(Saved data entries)
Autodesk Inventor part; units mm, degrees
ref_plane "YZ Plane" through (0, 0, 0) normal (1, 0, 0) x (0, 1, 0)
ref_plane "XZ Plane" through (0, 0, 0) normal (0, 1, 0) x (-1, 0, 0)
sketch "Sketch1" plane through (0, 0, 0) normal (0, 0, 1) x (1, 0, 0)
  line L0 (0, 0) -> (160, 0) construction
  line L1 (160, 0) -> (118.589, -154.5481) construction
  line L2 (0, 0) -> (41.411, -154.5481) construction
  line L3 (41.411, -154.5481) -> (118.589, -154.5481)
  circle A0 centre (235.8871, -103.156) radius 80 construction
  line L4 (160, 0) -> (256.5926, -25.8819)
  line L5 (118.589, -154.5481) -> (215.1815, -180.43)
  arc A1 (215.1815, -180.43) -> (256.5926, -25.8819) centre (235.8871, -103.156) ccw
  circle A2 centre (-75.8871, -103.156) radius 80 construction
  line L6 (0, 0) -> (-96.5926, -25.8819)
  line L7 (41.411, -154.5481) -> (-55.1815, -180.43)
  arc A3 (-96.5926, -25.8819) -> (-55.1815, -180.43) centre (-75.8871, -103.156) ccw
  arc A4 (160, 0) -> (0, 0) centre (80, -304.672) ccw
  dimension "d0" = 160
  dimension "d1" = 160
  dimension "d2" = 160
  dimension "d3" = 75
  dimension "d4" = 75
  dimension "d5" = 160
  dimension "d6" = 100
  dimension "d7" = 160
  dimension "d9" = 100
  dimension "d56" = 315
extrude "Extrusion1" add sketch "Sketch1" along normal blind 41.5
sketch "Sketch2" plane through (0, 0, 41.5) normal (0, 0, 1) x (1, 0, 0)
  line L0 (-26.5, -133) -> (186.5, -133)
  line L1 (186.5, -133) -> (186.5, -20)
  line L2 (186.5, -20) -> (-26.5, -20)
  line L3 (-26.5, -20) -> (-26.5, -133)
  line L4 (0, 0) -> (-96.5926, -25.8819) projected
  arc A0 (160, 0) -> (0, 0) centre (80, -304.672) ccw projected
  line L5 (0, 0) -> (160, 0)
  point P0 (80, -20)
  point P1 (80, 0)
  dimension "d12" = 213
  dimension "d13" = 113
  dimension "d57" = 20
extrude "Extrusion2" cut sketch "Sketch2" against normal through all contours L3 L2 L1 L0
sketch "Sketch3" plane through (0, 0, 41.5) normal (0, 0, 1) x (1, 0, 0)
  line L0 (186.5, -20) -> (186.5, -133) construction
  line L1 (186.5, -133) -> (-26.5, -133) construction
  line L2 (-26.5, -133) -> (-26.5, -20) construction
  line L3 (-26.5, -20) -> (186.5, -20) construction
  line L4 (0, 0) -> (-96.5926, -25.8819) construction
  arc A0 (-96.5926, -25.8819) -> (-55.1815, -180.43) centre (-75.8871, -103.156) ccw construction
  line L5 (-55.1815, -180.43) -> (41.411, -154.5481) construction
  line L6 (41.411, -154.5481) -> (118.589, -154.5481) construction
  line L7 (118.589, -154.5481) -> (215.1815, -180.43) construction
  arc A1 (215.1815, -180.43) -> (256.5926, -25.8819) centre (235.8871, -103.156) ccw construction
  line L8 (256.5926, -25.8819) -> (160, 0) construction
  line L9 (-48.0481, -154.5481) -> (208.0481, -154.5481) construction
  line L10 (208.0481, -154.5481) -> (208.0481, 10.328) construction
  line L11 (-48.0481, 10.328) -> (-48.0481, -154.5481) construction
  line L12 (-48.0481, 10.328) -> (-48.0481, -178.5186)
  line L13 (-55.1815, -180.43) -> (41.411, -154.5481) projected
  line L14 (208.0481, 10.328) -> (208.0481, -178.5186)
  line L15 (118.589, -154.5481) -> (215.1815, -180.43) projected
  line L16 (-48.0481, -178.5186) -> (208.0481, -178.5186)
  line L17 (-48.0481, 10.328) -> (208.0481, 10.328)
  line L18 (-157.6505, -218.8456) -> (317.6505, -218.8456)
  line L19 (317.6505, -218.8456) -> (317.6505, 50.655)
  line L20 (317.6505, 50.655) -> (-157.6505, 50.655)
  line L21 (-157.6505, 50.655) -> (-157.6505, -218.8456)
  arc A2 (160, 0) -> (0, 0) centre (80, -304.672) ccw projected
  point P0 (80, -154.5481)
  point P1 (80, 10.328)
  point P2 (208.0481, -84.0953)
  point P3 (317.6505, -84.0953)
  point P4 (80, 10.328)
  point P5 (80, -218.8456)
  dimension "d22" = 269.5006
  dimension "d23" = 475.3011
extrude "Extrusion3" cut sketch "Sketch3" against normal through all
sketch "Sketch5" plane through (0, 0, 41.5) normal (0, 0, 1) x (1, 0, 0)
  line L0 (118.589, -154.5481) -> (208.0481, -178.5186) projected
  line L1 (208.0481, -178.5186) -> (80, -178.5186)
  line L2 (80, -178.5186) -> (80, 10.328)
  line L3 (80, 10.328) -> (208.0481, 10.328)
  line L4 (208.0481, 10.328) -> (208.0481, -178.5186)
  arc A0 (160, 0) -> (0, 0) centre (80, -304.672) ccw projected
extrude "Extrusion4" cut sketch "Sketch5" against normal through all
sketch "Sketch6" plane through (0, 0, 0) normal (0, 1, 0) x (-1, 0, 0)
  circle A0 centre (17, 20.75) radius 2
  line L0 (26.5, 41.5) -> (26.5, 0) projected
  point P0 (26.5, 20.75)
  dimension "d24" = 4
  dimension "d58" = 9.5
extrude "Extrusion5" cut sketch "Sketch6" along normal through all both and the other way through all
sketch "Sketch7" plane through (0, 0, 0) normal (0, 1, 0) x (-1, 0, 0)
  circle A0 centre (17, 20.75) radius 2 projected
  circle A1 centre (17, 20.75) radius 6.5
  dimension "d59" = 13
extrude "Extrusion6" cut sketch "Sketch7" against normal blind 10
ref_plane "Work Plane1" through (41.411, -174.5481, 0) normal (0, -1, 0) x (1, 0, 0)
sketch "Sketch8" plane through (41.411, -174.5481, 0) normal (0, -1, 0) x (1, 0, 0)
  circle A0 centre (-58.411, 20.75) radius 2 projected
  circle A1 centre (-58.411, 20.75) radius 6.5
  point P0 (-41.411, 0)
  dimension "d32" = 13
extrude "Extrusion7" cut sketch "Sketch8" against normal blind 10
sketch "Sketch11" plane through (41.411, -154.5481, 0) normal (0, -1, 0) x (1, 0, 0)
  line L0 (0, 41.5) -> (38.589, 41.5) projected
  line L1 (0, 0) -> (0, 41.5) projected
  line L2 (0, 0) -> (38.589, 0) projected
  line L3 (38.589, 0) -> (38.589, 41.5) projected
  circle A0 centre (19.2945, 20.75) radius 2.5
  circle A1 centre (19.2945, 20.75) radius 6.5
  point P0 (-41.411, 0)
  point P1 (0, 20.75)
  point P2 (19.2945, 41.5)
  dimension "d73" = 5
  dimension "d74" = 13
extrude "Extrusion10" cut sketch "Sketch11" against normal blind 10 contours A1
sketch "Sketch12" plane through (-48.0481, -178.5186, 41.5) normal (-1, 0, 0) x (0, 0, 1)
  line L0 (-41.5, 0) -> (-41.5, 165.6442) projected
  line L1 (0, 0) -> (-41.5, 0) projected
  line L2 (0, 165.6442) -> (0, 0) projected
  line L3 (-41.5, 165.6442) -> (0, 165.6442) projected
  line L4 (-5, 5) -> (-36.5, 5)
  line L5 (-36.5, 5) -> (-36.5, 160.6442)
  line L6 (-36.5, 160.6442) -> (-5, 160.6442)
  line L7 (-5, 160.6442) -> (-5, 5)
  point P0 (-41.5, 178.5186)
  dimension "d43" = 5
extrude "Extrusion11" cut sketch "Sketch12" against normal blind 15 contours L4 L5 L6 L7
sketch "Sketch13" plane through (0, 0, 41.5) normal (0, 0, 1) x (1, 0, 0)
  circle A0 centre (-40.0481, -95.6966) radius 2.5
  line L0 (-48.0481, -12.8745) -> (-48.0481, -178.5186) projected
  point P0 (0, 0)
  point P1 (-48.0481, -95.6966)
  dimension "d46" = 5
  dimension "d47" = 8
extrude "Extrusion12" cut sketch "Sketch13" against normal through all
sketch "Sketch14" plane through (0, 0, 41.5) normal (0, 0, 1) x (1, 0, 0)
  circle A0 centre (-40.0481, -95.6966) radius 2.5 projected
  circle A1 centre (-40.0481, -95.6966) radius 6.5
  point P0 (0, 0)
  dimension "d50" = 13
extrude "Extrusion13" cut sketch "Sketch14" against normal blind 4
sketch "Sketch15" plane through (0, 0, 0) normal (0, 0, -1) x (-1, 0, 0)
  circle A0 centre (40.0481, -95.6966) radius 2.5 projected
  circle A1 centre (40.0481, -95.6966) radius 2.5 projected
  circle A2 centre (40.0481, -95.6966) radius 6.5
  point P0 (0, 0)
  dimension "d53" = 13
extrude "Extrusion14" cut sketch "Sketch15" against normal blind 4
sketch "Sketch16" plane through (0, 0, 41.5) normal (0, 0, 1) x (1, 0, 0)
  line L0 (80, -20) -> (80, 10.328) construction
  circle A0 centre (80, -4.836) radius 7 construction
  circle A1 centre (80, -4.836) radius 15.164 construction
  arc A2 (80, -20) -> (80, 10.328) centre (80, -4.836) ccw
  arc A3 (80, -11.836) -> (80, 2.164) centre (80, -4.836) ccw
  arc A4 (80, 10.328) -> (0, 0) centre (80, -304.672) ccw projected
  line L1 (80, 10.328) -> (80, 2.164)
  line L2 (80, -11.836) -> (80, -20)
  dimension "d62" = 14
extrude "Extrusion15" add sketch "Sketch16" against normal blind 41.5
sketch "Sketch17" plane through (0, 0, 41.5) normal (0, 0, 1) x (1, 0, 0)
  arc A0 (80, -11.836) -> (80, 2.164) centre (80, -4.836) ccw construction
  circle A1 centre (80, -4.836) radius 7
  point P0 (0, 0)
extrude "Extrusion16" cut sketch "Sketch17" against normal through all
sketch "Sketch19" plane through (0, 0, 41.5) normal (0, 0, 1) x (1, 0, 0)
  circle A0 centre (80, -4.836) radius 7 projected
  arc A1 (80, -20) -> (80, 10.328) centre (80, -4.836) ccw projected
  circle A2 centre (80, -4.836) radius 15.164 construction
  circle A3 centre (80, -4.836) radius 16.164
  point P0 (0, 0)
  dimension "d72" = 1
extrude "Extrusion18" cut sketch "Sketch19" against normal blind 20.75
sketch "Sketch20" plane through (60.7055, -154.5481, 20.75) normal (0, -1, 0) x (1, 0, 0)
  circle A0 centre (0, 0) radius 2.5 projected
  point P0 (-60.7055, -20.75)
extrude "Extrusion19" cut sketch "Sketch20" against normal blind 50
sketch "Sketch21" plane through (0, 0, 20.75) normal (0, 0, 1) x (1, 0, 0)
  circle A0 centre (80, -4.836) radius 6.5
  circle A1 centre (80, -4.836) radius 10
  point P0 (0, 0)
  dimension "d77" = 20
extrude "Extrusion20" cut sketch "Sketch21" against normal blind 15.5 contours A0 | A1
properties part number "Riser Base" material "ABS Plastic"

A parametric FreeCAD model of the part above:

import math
import FreeCAD as App
import Part
import Sketcher

V = App.Vector
Q = App.Units.Quantity

doc = App.newDocument("Part")
params = doc.addObject("Spreadsheet::Sheet", "Params")
for row, (alias, value) in enumerate([
    ("sketch1_radius", "80 mm"),
    ("sketch1_radius2", "315 mm"),
    ("sketch1_length", "100 mm"),
    ("pad1_length", "41.5 mm"),
    ("sketch2_width", "213 mm"),
    ("sketch2_height", "113 mm"),
    ("sketch5_diameter", "4 mm"),
    ("sketch6_diameter", "13 mm"),
    ("sketch6_diameter2", "4 mm"),
    ("pocket5_length", "10 mm"),
    ("sketch7_diameter", "13 mm"),
    ("sketch7_diameter2", "4 mm"),
    ("pocket6_length", "10 mm"),
    ("sketch8_diameter", "13 mm"),
    ("sketch8_diameter2", "5 mm"),
    ("pocket7_length", "10 mm"),
    ("sketch9_height", "31.5 mm"),
    ("pocket8_length", "15 mm"),
    ("sketch10_diameter", "5 mm"),
    ("sketch11_diameter", "13 mm"),
    ("sketch11_diameter2", "5 mm"),
    ("pocket10_length", "4 mm"),
    ("sketch12_diameter", "13 mm"),
    ("sketch12_diameter2", "5 mm"),
    ("pocket11_length", "4 mm"),
    ("sketch13_radius", "7 mm"),
    ("pad2_length", "41.5 mm"),
    ("sketch14_diameter", "14 mm"),
    ("sketch15_diameter", "14 mm"),
    ("pocket13_length", "20.75 mm"),
    ("sketch16_diameter", "5 mm"),
    ("pocket14_length", "50 mm"),
    ("sketch17_diameter", "20 mm"),
    ("pocket15_length", "15.5 mm"),
], start=1):
    params.set(f"A{row}", alias)
    params.set(f"B{row}", "=" + value)
    params.setAlias(f"B{row}", alias)

body = doc.addObject("PartDesign::Body", "Body")

# Sketch on XY plane
sketch1 = doc.addObject("Sketcher::SketchObject", "Sketch")
body.addObject(sketch1)
sketch1.AttachmentSupport = (doc.XY_Plane, [""])
sketch1.MapMode = "FlatFace"
sketch1.addGeometry(Part.LineSegment(V(-55, -180, 0), V(41, -155, 0)), False)
sketch1.addGeometry(Part.LineSegment(V(41, -155, 0), V(119, -155, 0)), False)
sketch1.addGeometry(Part.LineSegment(V(119, -155, 0), V(215, -180, 0)), False)
sketch1.addGeometry(Part.ArcOfCircle(Part.Circle(V(236, -103, 0), V(0, 0, 1), 80), math.radians(-105), math.radians(75)), False)
sketch1.addGeometry(Part.LineSegment(V(257, -26, 0), V(160, 0, 0)), False)
sketch1.addGeometry(Part.ArcOfCircle(Part.Circle(V(80, -305, 0), V(0, 0, 1), 315), math.radians(75), math.radians(105)), False)
sketch1.addGeometry(Part.LineSegment(V(0, 0, 0), V(-97, -26, 0)), False)
sketch1.addGeometry(Part.ArcOfCircle(Part.Circle(V(-76, -103, 0), V(0, 0, 1), 80), math.radians(105), math.radians(285)), False)
sketch1.addConstraint(Sketcher.Constraint("Coincident", 0, 2, 1, 1))
sketch1.addConstraint(Sketcher.Constraint("Coincident", 1, 2, 2, 1))
sketch1.addConstraint(Sketcher.Constraint("Tangent", 2, 2, 3, 1))
sketch1.addConstraint(Sketcher.Constraint("Tangent", 3, 2, 4, 1))
sketch1.addConstraint(Sketcher.Constraint("Coincident", 4, 2, 5, 1))
sketch1.addConstraint(Sketcher.Constraint("Coincident", 5, 2, 6, 1))
sketch1.addConstraint(Sketcher.Constraint("Tangent", 6, 2, 7, 1))
sketch1.addConstraint(Sketcher.Constraint("Tangent", 7, 2, 0, 1))
sketch1.addConstraint(Sketcher.Constraint("Horizontal", 1))
sketch1.addConstraint(Sketcher.Constraint("Coincident", 5, 2, -1, 1))
sketch1.addConstraint(Sketcher.Constraint("Equal", 3, 7))
sketch1.addConstraint(Sketcher.Constraint("PointOnObject", 4, 2, -1))
sketch1.addConstraint(Sketcher.Constraint("Parallel", 2, 4))
sketch1.addConstraint(Sketcher.Constraint("Parallel", 0, 6))
sketch1.addConstraint(Sketcher.Constraint("Horizontal", 3, 3, 7, 3))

[What this task involves]
Set down the lines above as they stand, starting with the first line and ending with the line that contains "line L1 (186.5, -133) -> (186.5, -20)".

[Task result]
Autodesk Inventor part; units mm, degrees
ref_plane "YZ Plane" through (0, 0, 0) normal (1, 0, 0) x (0, 1, 0)
ref_plane "XZ Plane" through (0, 0, 0) normal (0, 1, 0) x (-1, 0, 0)
sketch "Sketch1" plane through (0, 0, 0) normal (0, 0, 1) x (1, 0, 0)
  line L0 (0, 0) -> (160, 0) construction
  line L1 (160, 0) -> (118.589, -154.5481) construction
  line L2 (0, 0) -> (41.411, -154.5481) construction
  line L3 (41.411, -154.5481) -> (118.589, -154.5481)
  circle A0 centre (235.8871, -103.156) radius 80 construction
  line L4 (160, 0) -> (256.5926, -25.8819)
  line L5 (118.589, -154.5481) -> (215.1815, -180.43)
  arc A1 (215.1815, -180.43) -> (256.5926, -25.8819) centre (235.8871, -103.156) ccw
  circle A2 centre (-75.8871, -103.156) radius 80 construction
  line L6 (0, 0) -> (-96.5926, -25.8819)
  line L7 (41.411, -154.5481) -> (-55.1815, -180.43)
  arc A3 (-96.5926, -25.8819) -> (-55.1815, -180.43) centre (-75.8871, -103.156) ccw
  arc A4 (160, 0) -> (0, 0) centre (80, -304.672) ccw
  dimension "d0" = 160
  dimension "d1" = 160
  dimension "d2" = 160
  dimension "d3" = 75
  dimension "d4" = 75
  dimension "d5" = 160
  dimension "d6" = 100
  dimension "d7" = 160
  dimension "d9" = 100
  dimension "d56" = 315
extrude "Extrusion1" add sketch "Sketch1" along normal blind 41.5
sketch "Sketch2" plane through (0, 0, 41.5) normal (0, 0, 1) x (1, 0, 0)
  line L0 (-26.5, -133) -> (186.5, -133)
  line L1 (186.5, -133) -> (186.5, -20)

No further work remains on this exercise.